FIG. 5 is a block diagram showing a configuration of a control device of the optical measuring device in the optical measuring system according to the embodiment of the present invention.

FIG. 6 is a flowchart illustrating a procedure of a measurement process of a reference pixel number StandP.

FIG. 7 is an explanatory diagram of a method for calculating the diameter of a circular pattern.

FIG. 8 is a flowchart of a lens magnification setting operation.

FIG. 9 is a diagram showing a hold screen and a hold release screen.

FIG. 10 is a flowchart illustrating a procedure of a lens magnification recognition process in step S14 of FIG. 8;

FIG. 11 is a flowchart illustrating a procedure of a turret optical axis offset process in step S16 of FIG. 8;

[Explanation of symbols]

 Reference Signs List 20 table 24 CCD camera 25 lighting device 28A-28C tube lens 29 switching means 71 CPU 83 work area 84 tube lens characteristic area 85 counter

Continued on the front page F term (reference) 2F064 MM02 MM04 MM14 MM24 MM26 MM32 2F065 AA00 AA03 AA04 AA07 AA26 AA53 AA56 DD00 EE00 EE05 FF02 FF04 FF42 FF61 FF66 FF67 HH13 HH15 NN12 NN13 NN03 JJ03 LL09 QQ03 QQ21 QQ23 QQ24 QQ26 QQ28 QQ51 2H052 AD33

Claims (6)

[Claims] In a method for recognizing a lens magnification of an optical measuring device for measuring a size and a shape of an object to be measured placed on a table by a lens and an image pickup means, a lens magnification recognizing pattern is formed on a surface of the table.

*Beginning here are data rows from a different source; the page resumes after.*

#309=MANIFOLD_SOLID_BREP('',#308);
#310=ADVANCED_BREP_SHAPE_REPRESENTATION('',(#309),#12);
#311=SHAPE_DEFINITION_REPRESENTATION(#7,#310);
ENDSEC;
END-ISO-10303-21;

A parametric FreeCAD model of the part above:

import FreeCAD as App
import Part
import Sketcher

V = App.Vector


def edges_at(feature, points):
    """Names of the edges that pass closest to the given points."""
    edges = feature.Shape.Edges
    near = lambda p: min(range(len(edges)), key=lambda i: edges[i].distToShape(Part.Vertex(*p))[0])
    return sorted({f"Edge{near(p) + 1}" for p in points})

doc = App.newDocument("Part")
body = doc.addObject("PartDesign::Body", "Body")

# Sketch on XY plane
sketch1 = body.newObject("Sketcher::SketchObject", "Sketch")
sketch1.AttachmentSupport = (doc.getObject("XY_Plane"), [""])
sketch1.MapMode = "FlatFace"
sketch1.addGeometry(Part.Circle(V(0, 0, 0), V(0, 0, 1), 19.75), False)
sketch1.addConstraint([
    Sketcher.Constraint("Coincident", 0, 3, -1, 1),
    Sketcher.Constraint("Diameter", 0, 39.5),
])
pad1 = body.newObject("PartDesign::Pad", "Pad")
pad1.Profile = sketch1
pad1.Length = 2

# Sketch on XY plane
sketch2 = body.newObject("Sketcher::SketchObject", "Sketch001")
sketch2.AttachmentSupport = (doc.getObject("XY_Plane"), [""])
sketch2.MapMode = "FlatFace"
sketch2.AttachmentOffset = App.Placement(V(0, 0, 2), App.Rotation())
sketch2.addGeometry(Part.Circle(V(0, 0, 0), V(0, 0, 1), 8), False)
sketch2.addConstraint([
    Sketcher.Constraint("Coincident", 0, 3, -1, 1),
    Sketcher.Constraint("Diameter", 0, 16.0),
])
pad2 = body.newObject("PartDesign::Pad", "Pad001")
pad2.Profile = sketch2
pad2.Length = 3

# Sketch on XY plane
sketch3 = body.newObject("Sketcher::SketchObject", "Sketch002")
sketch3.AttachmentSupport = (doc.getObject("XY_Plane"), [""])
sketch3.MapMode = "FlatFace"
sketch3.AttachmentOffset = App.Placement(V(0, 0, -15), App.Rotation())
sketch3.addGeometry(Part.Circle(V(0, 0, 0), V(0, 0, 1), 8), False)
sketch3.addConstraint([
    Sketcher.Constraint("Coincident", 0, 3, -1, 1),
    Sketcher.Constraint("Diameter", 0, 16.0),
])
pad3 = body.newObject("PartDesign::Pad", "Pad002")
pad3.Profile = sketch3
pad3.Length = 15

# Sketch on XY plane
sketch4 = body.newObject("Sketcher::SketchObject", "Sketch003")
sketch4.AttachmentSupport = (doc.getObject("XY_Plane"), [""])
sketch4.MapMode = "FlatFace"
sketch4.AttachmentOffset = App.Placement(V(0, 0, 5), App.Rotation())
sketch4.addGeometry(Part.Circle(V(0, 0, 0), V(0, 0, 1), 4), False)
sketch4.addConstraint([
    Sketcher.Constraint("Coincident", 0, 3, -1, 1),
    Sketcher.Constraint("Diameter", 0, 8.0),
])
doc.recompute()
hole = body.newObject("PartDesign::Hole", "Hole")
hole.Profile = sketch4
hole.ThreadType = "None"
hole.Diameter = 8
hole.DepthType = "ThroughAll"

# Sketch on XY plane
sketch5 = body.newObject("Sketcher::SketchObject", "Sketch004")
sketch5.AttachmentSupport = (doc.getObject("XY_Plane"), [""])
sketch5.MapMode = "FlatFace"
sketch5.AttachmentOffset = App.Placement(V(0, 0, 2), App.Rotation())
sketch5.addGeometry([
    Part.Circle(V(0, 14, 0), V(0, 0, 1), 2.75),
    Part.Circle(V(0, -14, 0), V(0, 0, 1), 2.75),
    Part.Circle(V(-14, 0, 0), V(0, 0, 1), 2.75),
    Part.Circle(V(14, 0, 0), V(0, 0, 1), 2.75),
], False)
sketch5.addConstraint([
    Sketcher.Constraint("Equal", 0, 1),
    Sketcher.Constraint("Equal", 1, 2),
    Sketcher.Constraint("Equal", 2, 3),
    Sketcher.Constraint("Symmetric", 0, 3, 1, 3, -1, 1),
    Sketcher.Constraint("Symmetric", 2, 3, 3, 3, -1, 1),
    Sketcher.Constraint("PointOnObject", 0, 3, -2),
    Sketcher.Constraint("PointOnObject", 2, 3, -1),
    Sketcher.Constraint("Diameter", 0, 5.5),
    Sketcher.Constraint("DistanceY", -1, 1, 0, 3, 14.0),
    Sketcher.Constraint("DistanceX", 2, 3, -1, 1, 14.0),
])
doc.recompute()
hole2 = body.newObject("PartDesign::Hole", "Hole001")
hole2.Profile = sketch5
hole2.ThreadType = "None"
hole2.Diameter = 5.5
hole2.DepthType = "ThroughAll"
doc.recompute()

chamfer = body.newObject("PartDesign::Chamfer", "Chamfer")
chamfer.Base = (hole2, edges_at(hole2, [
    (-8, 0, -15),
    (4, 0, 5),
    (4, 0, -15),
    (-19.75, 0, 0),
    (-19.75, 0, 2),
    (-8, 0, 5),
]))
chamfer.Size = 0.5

The dimensions of the pattern are pre-measured as a reference pixel number using a lens of a predetermined magnification by pasting, and at the start of measurement by the optical measuring device, the dimensions of the pattern are measured using a lens to be used for measurement by the actual number of pixels. Measured as the predetermined magnification,
A lens magnification recognition method for an optical measuring device, comprising calculating a magnification of a lens used for the measurement based on a reference pixel number and an actual pixel number. 2. The following formula ActualM = StandM × (ActualP / StandP) (where StandM indicates the predetermined magnification, ActualP indicates the actual number of pixels, and StandP indicates the reference number of pixels). Magnification of the lens used (Ac
2. The lens recognition method for an optical measuring device according to claim 1, wherein tualM) is calculated. 3. The method according to claim 1, wherein the lens magnification recognition pattern comprises one of a circular pattern and a square pattern. 4. An optical measuring system for measuring the size and shape of an object to be measured placed on a table by a lens and an image pickup means, wherein a lens magnification recognition pattern attached to a surface of the table, A first measuring means for measuring the size of the pattern as a reference number of pixels using a magnification lens, and a second measuring means for measuring the size of the pattern as an actual number of pixels using a lens used for measurement at the start of measurement. An optical measurement system, comprising: a measuring unit for calculating the magnification of the lens used for the measurement based on the predetermined magnification, the reference pixel number, and the actual pixel number. 5. The calculating means uses the following formula: ActualM = StandM × (ActualP / StandP) (where StandM indicates the predetermined magnification, ActualP indicates the actual number of pixels, and StandP indicates the reference number of pixels). And the magnification of the lens used for the measurement (Ac
The optical measuring system according to claim 4, wherein tualM) is calculated. 6. The optical measurement system according to claim 4, wherein the lens magnification recognition pattern comprises one of a circular pattern and a square pattern.